Except for one patient with history of Graves' disease, none had previous thyroid disease.

Euthyroidism was present in 32/34 acromegalic patients; 2/34 patients had secondary hypothyroidism. One patient who was euthyroid at the first appointment, developed hyperthyroidism associated to thyrotropinoma 6 months later (TSH = 1.77 µUI/mL and FT4 = 2.69 ng/dL). There were no significant differences in TSH or FT4 levels between patients with or without goiter (Unpaired t test). Median and (range) were: 1.22 (0.26 -3.40) vs. 1.10 (1.03-2.60) µUI/mL for TSH, and 1.27 (0.74-1.60) vs. 1.20 (1.10-1.70) ng/dL for FT4, respectively. Only 3/34 patients had positive TPOAb levels.

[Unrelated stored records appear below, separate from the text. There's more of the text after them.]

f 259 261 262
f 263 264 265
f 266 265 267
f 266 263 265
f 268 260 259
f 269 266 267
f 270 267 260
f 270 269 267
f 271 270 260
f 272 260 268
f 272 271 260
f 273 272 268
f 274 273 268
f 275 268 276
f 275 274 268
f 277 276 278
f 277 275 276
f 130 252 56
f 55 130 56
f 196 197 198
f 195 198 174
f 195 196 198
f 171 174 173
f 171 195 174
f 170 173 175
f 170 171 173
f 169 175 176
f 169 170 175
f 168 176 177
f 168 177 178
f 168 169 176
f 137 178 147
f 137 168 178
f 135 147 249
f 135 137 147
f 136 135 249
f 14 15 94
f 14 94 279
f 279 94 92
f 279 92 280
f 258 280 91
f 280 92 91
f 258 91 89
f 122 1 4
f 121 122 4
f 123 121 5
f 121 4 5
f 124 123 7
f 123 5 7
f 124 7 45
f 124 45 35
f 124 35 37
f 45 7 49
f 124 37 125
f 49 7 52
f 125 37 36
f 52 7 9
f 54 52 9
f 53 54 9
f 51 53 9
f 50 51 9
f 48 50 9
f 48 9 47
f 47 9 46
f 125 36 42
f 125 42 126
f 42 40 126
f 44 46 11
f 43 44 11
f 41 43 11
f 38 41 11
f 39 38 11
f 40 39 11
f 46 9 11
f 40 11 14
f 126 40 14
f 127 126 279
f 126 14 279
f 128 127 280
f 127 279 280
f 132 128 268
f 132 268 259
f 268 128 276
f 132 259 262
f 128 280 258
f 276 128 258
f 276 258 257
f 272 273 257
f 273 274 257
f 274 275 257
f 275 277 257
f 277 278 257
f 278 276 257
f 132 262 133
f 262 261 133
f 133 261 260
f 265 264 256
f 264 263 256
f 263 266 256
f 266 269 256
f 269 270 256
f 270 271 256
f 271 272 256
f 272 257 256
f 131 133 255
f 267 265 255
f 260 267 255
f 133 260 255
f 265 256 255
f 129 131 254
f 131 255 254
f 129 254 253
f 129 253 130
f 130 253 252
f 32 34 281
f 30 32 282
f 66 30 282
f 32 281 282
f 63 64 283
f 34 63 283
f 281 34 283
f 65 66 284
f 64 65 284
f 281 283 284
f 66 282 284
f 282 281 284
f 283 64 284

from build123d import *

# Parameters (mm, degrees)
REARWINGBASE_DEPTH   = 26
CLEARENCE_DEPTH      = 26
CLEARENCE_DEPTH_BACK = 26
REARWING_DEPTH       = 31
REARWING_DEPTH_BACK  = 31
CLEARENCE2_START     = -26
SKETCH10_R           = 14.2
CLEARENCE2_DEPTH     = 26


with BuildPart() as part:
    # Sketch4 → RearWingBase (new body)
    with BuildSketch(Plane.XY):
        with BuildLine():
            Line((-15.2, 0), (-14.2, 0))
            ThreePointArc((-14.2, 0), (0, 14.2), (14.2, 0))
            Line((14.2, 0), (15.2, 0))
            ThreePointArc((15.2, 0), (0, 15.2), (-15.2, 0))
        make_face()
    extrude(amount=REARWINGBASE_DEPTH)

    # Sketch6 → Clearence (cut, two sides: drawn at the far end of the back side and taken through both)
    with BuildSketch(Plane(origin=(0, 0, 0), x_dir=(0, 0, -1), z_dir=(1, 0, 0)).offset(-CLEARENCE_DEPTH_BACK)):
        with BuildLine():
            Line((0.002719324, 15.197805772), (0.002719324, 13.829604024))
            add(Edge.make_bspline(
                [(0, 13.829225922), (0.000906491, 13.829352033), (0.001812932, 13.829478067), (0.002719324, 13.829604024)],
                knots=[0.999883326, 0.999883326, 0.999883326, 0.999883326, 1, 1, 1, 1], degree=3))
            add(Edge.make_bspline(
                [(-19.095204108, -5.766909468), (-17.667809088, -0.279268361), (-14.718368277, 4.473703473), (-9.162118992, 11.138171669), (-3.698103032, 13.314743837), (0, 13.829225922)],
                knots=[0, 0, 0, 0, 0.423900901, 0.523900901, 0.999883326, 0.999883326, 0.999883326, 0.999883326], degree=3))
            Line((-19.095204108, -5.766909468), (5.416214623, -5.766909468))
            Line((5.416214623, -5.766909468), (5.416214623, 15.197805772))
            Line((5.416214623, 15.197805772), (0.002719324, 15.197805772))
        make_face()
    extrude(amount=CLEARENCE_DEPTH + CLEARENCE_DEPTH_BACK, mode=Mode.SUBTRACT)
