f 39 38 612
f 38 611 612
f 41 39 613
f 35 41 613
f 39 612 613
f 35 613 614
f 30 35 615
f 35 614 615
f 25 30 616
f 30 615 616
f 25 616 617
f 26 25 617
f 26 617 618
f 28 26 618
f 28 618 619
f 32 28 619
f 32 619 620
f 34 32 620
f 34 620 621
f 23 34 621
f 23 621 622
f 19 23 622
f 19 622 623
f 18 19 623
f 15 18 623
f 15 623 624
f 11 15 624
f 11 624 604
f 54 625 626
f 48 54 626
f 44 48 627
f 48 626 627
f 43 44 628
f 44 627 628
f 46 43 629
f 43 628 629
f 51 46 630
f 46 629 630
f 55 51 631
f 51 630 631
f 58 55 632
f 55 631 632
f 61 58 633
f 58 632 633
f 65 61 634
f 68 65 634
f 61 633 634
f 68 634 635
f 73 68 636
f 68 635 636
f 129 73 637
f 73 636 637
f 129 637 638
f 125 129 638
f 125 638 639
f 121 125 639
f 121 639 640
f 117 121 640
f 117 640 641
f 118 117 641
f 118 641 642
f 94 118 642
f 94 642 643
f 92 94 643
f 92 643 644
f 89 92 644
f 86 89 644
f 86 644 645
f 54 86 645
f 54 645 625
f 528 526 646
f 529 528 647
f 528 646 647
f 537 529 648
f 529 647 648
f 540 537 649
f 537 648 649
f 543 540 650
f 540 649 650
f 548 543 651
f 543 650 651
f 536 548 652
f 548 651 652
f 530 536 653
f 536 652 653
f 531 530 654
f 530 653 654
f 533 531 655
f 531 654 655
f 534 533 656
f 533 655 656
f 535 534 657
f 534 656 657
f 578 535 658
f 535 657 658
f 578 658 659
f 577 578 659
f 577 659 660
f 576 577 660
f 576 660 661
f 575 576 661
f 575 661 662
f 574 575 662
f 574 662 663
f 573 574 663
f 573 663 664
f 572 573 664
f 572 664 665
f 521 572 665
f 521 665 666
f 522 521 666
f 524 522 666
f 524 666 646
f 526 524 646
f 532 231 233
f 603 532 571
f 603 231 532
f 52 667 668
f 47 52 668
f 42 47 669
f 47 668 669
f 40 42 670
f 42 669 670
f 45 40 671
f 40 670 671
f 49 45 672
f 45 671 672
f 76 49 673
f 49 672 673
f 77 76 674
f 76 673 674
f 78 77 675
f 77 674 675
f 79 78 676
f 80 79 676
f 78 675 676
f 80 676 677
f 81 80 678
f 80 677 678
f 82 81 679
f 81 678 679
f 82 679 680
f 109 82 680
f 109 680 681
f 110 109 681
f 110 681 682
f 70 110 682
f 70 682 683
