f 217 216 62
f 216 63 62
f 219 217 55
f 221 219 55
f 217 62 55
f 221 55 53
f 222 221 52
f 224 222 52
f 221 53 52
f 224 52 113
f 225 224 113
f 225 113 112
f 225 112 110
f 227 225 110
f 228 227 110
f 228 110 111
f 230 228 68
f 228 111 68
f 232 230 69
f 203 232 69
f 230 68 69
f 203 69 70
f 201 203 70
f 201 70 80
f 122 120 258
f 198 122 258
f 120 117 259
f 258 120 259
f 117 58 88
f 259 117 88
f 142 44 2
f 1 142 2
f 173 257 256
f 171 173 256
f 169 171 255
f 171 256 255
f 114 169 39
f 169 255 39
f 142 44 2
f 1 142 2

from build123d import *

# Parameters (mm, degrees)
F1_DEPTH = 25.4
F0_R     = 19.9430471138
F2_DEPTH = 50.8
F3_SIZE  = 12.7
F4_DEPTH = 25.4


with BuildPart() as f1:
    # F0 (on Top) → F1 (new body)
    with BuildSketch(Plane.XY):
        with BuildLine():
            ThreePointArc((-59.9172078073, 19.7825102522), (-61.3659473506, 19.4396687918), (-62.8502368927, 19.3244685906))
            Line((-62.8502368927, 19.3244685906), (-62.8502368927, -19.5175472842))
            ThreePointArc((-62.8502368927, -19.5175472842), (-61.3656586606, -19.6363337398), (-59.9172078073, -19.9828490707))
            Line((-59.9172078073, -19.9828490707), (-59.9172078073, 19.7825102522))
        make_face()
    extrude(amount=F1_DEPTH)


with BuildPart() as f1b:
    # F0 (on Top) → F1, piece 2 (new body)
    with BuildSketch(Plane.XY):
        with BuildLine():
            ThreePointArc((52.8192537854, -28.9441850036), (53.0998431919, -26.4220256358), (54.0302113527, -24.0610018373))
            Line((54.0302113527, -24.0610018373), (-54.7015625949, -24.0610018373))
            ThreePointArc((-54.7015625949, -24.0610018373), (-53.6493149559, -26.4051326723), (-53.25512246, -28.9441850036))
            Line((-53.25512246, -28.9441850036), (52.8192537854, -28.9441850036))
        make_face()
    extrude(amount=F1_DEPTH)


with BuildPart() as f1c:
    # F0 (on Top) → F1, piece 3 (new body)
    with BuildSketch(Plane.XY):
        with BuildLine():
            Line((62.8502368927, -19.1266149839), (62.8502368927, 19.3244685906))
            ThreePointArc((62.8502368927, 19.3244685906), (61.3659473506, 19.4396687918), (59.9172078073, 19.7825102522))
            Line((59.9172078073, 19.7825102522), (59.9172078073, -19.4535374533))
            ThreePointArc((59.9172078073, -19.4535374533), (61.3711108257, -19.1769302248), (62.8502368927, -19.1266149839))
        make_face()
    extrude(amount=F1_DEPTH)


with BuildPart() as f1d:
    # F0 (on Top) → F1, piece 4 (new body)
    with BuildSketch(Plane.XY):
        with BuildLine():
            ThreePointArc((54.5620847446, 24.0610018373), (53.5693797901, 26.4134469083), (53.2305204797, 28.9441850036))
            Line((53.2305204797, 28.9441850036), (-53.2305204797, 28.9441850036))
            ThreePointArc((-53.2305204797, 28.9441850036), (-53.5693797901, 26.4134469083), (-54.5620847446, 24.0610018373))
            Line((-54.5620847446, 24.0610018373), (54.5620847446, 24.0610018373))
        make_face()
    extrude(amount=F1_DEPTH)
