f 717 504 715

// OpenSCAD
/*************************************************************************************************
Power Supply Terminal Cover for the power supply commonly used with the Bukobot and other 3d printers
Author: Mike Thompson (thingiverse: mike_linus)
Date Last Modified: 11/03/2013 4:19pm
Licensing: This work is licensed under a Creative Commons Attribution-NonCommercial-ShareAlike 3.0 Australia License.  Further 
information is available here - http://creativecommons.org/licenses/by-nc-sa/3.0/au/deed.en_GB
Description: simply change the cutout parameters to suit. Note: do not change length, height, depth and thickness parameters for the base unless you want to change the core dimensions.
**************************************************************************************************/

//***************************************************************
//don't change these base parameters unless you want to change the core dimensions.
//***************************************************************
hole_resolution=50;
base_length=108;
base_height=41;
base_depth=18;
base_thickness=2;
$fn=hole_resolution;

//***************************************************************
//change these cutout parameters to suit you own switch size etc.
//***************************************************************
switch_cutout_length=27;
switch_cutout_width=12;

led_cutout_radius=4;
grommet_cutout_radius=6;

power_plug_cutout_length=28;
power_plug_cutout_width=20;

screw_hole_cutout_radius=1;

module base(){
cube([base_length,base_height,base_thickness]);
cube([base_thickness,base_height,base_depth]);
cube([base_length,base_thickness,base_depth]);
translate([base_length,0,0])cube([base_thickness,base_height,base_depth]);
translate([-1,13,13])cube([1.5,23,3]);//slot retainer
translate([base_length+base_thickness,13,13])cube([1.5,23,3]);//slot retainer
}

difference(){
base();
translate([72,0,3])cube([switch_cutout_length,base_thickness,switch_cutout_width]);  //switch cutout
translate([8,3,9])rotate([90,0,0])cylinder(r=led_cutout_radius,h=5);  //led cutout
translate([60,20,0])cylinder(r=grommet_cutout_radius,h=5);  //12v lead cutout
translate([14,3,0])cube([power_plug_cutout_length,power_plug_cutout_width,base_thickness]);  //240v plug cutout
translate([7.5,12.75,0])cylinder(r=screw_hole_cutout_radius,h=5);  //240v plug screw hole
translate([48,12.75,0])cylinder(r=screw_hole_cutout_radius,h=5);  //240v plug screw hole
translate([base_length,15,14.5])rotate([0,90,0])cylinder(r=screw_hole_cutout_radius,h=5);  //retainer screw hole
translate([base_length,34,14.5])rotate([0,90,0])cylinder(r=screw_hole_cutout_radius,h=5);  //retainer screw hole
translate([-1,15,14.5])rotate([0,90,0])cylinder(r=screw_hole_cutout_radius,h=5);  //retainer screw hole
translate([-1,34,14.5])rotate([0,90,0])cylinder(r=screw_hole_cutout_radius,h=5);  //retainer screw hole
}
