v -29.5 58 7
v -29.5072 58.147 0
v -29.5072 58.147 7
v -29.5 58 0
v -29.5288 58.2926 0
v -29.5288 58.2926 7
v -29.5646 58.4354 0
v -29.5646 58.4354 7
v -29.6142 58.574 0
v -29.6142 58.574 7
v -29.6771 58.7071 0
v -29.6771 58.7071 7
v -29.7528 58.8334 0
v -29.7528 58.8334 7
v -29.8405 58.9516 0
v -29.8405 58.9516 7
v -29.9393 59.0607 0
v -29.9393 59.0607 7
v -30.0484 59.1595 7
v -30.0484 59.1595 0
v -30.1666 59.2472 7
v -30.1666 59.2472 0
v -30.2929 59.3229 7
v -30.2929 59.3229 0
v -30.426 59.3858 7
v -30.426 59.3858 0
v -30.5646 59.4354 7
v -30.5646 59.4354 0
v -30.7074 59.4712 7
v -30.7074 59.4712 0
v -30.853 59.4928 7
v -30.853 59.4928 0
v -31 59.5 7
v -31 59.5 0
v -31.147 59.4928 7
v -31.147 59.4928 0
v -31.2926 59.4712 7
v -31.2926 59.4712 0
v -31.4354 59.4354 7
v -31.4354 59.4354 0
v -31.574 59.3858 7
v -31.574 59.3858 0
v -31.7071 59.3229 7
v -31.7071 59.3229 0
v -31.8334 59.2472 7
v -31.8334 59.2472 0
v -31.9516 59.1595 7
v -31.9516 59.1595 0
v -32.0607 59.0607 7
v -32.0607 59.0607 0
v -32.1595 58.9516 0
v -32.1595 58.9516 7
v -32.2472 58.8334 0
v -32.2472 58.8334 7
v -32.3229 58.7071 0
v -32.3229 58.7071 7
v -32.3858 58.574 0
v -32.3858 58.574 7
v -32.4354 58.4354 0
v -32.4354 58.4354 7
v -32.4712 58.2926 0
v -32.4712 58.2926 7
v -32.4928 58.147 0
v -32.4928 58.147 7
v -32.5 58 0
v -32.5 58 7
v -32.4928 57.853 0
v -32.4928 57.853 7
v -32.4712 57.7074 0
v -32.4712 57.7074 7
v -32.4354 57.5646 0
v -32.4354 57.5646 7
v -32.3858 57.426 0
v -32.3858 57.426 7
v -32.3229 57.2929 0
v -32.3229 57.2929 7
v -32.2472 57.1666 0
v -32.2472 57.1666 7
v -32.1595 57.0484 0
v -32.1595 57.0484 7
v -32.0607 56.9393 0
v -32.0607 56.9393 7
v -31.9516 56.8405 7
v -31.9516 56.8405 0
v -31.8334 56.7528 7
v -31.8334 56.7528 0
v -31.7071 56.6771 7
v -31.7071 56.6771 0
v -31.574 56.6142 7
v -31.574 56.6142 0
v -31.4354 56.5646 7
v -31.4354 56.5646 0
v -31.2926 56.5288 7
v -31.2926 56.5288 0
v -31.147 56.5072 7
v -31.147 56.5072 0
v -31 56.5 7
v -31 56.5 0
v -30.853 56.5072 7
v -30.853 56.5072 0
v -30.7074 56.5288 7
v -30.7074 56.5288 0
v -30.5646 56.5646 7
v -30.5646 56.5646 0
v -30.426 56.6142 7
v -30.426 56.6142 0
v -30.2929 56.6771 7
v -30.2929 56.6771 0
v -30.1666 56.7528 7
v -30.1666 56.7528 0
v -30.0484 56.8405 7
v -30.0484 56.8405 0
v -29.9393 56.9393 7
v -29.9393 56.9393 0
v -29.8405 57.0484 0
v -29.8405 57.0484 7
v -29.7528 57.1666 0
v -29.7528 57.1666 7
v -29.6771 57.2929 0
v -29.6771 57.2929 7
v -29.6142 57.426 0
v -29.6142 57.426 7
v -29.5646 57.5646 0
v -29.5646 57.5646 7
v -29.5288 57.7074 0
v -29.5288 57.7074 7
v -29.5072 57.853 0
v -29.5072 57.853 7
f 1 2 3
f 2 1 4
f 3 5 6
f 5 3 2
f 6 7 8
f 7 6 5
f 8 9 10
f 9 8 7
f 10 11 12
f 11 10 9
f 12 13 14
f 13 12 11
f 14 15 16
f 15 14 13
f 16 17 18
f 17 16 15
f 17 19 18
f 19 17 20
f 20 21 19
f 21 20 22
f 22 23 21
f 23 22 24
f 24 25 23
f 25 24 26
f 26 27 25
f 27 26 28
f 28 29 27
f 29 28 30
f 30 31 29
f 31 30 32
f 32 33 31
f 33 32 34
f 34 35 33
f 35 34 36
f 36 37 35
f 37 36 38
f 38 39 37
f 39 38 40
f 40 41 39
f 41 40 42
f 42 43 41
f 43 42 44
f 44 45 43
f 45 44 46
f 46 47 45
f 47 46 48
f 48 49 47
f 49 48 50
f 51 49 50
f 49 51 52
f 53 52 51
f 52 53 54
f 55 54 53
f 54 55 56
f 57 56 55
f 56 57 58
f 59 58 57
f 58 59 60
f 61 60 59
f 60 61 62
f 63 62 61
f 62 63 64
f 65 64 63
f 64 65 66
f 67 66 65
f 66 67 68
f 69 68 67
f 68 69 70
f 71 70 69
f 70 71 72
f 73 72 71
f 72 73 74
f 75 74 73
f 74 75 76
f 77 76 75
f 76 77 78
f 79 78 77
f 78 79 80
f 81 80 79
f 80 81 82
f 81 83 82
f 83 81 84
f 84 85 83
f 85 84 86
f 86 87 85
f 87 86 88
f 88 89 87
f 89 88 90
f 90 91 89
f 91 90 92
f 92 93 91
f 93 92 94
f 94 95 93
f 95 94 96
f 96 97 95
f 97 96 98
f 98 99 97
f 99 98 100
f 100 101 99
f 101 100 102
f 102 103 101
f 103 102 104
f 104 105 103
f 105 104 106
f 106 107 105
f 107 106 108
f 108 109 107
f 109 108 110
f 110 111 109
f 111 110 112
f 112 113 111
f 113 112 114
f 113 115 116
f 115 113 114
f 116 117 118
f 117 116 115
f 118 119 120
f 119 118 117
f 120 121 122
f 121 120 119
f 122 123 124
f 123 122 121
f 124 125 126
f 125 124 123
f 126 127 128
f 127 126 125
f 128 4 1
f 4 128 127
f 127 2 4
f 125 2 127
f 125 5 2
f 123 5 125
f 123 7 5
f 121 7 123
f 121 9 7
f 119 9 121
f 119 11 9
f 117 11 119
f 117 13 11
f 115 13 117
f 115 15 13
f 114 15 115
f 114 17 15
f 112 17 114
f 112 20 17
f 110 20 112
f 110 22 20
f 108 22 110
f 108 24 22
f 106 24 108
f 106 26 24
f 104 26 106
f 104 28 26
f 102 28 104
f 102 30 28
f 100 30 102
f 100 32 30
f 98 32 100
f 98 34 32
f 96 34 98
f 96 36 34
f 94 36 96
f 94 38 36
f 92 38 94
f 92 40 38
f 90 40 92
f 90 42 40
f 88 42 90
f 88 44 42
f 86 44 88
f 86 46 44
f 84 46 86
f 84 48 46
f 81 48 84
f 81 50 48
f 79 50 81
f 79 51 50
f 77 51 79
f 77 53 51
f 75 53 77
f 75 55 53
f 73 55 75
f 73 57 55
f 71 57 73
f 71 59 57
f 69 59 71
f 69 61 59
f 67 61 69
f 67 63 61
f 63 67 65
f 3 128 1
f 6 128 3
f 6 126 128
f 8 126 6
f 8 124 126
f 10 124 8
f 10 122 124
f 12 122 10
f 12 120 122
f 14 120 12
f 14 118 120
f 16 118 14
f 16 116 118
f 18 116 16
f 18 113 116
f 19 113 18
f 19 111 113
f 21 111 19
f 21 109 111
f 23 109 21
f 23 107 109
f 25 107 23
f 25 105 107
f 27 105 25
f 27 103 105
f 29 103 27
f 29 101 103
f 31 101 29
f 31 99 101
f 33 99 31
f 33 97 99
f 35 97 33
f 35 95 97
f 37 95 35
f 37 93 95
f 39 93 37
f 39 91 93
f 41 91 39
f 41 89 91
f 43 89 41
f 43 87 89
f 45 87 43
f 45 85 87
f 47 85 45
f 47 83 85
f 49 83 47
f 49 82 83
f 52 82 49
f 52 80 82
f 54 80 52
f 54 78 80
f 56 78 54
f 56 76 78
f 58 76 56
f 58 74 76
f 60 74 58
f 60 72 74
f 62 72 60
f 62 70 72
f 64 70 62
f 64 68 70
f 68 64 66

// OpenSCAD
// file: ../dimensions.scad
// dimensions.scad — single source of truth for all tray geometry constants.
//
// All values in millimetres unless otherwise noted.
// Sources:
//   - CD/DVD drive envelope: SFF-8551 (5.25" half-height) and laptop slim ODD (9.5 mm)
//   - CD disc geometry: ECMA-130
//   - MiniDisc cartridge: Sony MiniDisc specification (MD)
//   - Issues weyucou/minidisc-tray#1 (3D modeling format research) and
//     weyucou/minidisc-tray#2 (CD/DVD tray dimensions)


// ---------------------------------------------------------------------------
// CD/DVD drive envelope (target form factor)
// ---------------------------------------------------------------------------

// Primary target: 5.25" half-height (SFF-8551) drive body.
DRIVE_BODY_W = 146.1;   // outer width
DRIVE_BODY_H = 41.3;    // outer height
DRIVE_BODY_D = 170;     // outer depth (typical; range 170–203)

// Slim laptop ODD (9.5 mm) — secondary parametric variant.
SLIM_BODY_W = 128;
SLIM_BODY_H = 9.5;
SLIM_BODY_D = 127;


// ---------------------------------------------------------------------------
// CD tray envelope (the cavity the printed tray must fit into)
// ---------------------------------------------------------------------------

// Inner tray usable width — the lateral envelope between the tray side walls.
// Derived in #2: ~63 mm from spindle centre to each side wall.
TRAY_INNER_W = 126;

// Spindle-centre-to-front-bezel distance.
// Range observed across donor drives: 80–95 mm.
// Default = mid-range; UPDATE after physical measurement of the actual donor drive.
SPINDLE_TO_BEZEL = 88;

// CD program area (informational — used to validate spindle clearance).
// ECMA-130: program area lies between r=25 and r=58 mm.
CD_DISC_DIA = 120;
CD_CENTER_HOLE = 15;
CD_CLAMP_R_MIN = 26;
CD_CLAMP_R_MAX = 33;

// Inner tray usable depth — derived from spindle-to-bezel + CD radius + rear margin.
// Matches typical 5.25" half-height CD tray depth. Refine when donor drive measured.
TRAY_INNER_D = SPINDLE_TO_BEZEL + CD_DISC_DIA / 2 + 10;

// Spindle clearance hole radius — clears the CD spindle hub / clamp area.
// Sized at CD_CLAMP_R_MAX + 1 mm safety; also clears the MD internal disc edge.
SPINDLE_CLEARANCE_R = CD_CLAMP_R_MAX + 1;


// ---------------------------------------------------------------------------
// MiniDisc cartridge (the part the tray must position and shutter-actuate)
// ---------------------------------------------------------------------------

// Cartridge outer dimensions — Sony MD spec.
MD_W = 72;   // width  (along shutter slide axis)
MD_D = 68;   // depth  (perpendicular to shutter slide)
MD_H = 5;    // thickness

// Internal disc — used for spindle-clearance hole sizing and centring checks.
MD_DISC_DIA = 64;
MD_CENTER_HOLE = 11;


// ---------------------------------------------------------------------------
// Print and fit tolerances
// ---------------------------------------------------------------------------

// Per-side print clearance applied to mating surfaces (tray-to-cavity, MD pocket).
// Tuned for AFINIA H400+ FDM with default Afinia Studio profile.
FIT_CLEARANCE = 0.4;

// OpenSCAD render facet count for circular features.
// Higher = smoother curves at the cost of render time.
$fn = 64;


// ---------------------------------------------------------------------------
// Tray geometry (design constants)
// ---------------------------------------------------------------------------

// Tray base plate thickness — chosen for FDM stiffness across the full footprint.
// Must exceed MD_POCKET_DEPTH so the pocket leaves a continuous floor.
TRAY_BASE_THICKNESS = 4.0;

// MD pocket recess depth — how far the cartridge sits below the tray surface.
// MD_H = 5 mm; a 3 mm recess leaves the cartridge ~2 mm proud, easy to grip.
MD_POCKET_DEPTH = 3.0;

// Shutter actuator pin geometry — engages the MD cartridge shutter tab from
// inside the pocket as the cartridge is slid into final position.
SHUTTER_PIN_DIA = 3.0;
SHUTTER_PIN_H = 6.0;

// Shutter tab engagement position, measured from the leading corner of the
// MD pocket. Approximate; refine against a physical Sony MD cartridge.
SHUTTER_TAB_X_OFFSET = 5.0;
SHUTTER_TAB_Y_OFFSET = 4.0;
// main file
// shutter_actuator.scad — fixed pin that engages the MD shutter tab.
//
// Produces a positive cylinder intended to be unioned with the tray base.
// The pin runs from the bottom of the tray base (Z = 0) up to (pocket-floor +
// pin_h), so its lower portion fuses with the pocket floor and its upper
// portion stands proud inside the pocket — engaging the cartridge shutter
// tab as the MD is slid into final position.
//
// Pin position is derived from the MD pocket's near corner (the loading-side
// corner of the cartridge). Offsets are approximate; refine against a
// physical Sony MD cartridge.

include <../dimensions.scad>;

module shutter_actuator(
    spindle_to_bezel = SPINDLE_TO_BEZEL,
    base_thickness = TRAY_BASE_THICKNESS,
    pocket_depth = MD_POCKET_DEPTH,
    pin_dia = SHUTTER_PIN_DIA,
    pin_h = SHUTTER_PIN_H,
    tab_x_offset = SHUTTER_TAB_X_OFFSET,
    tab_y_offset = SHUTTER_TAB_Y_OFFSET
) {
    pin_x = -MD_W / 2 + tab_x_offset;
    pin_y = spindle_to_bezel - MD_D / 2 + tab_y_offset;
    floor_z = base_thickness - pocket_depth;

    translate([pin_x, pin_y, 0])
        cylinder(h = floor_z + pin_h, d = pin_dia);
}

shutter_actuator();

The presence of goiter in our acromegalic population did not show any association with their age, gender, or disease history (Multiple Regression test). However, patients with nodular goiter had a trend toward a longer history of acromegaly.

Thyroid nodular ultrasound scan

Thyroid nodules were detected by US in 23/34 (67%) patients. Nodules were mostly hypoechoic (17/23), and 18/23 were larger than 10 mm in diameter. US characteristics in multinodular goiter were based only on the largest nodule (Table 2).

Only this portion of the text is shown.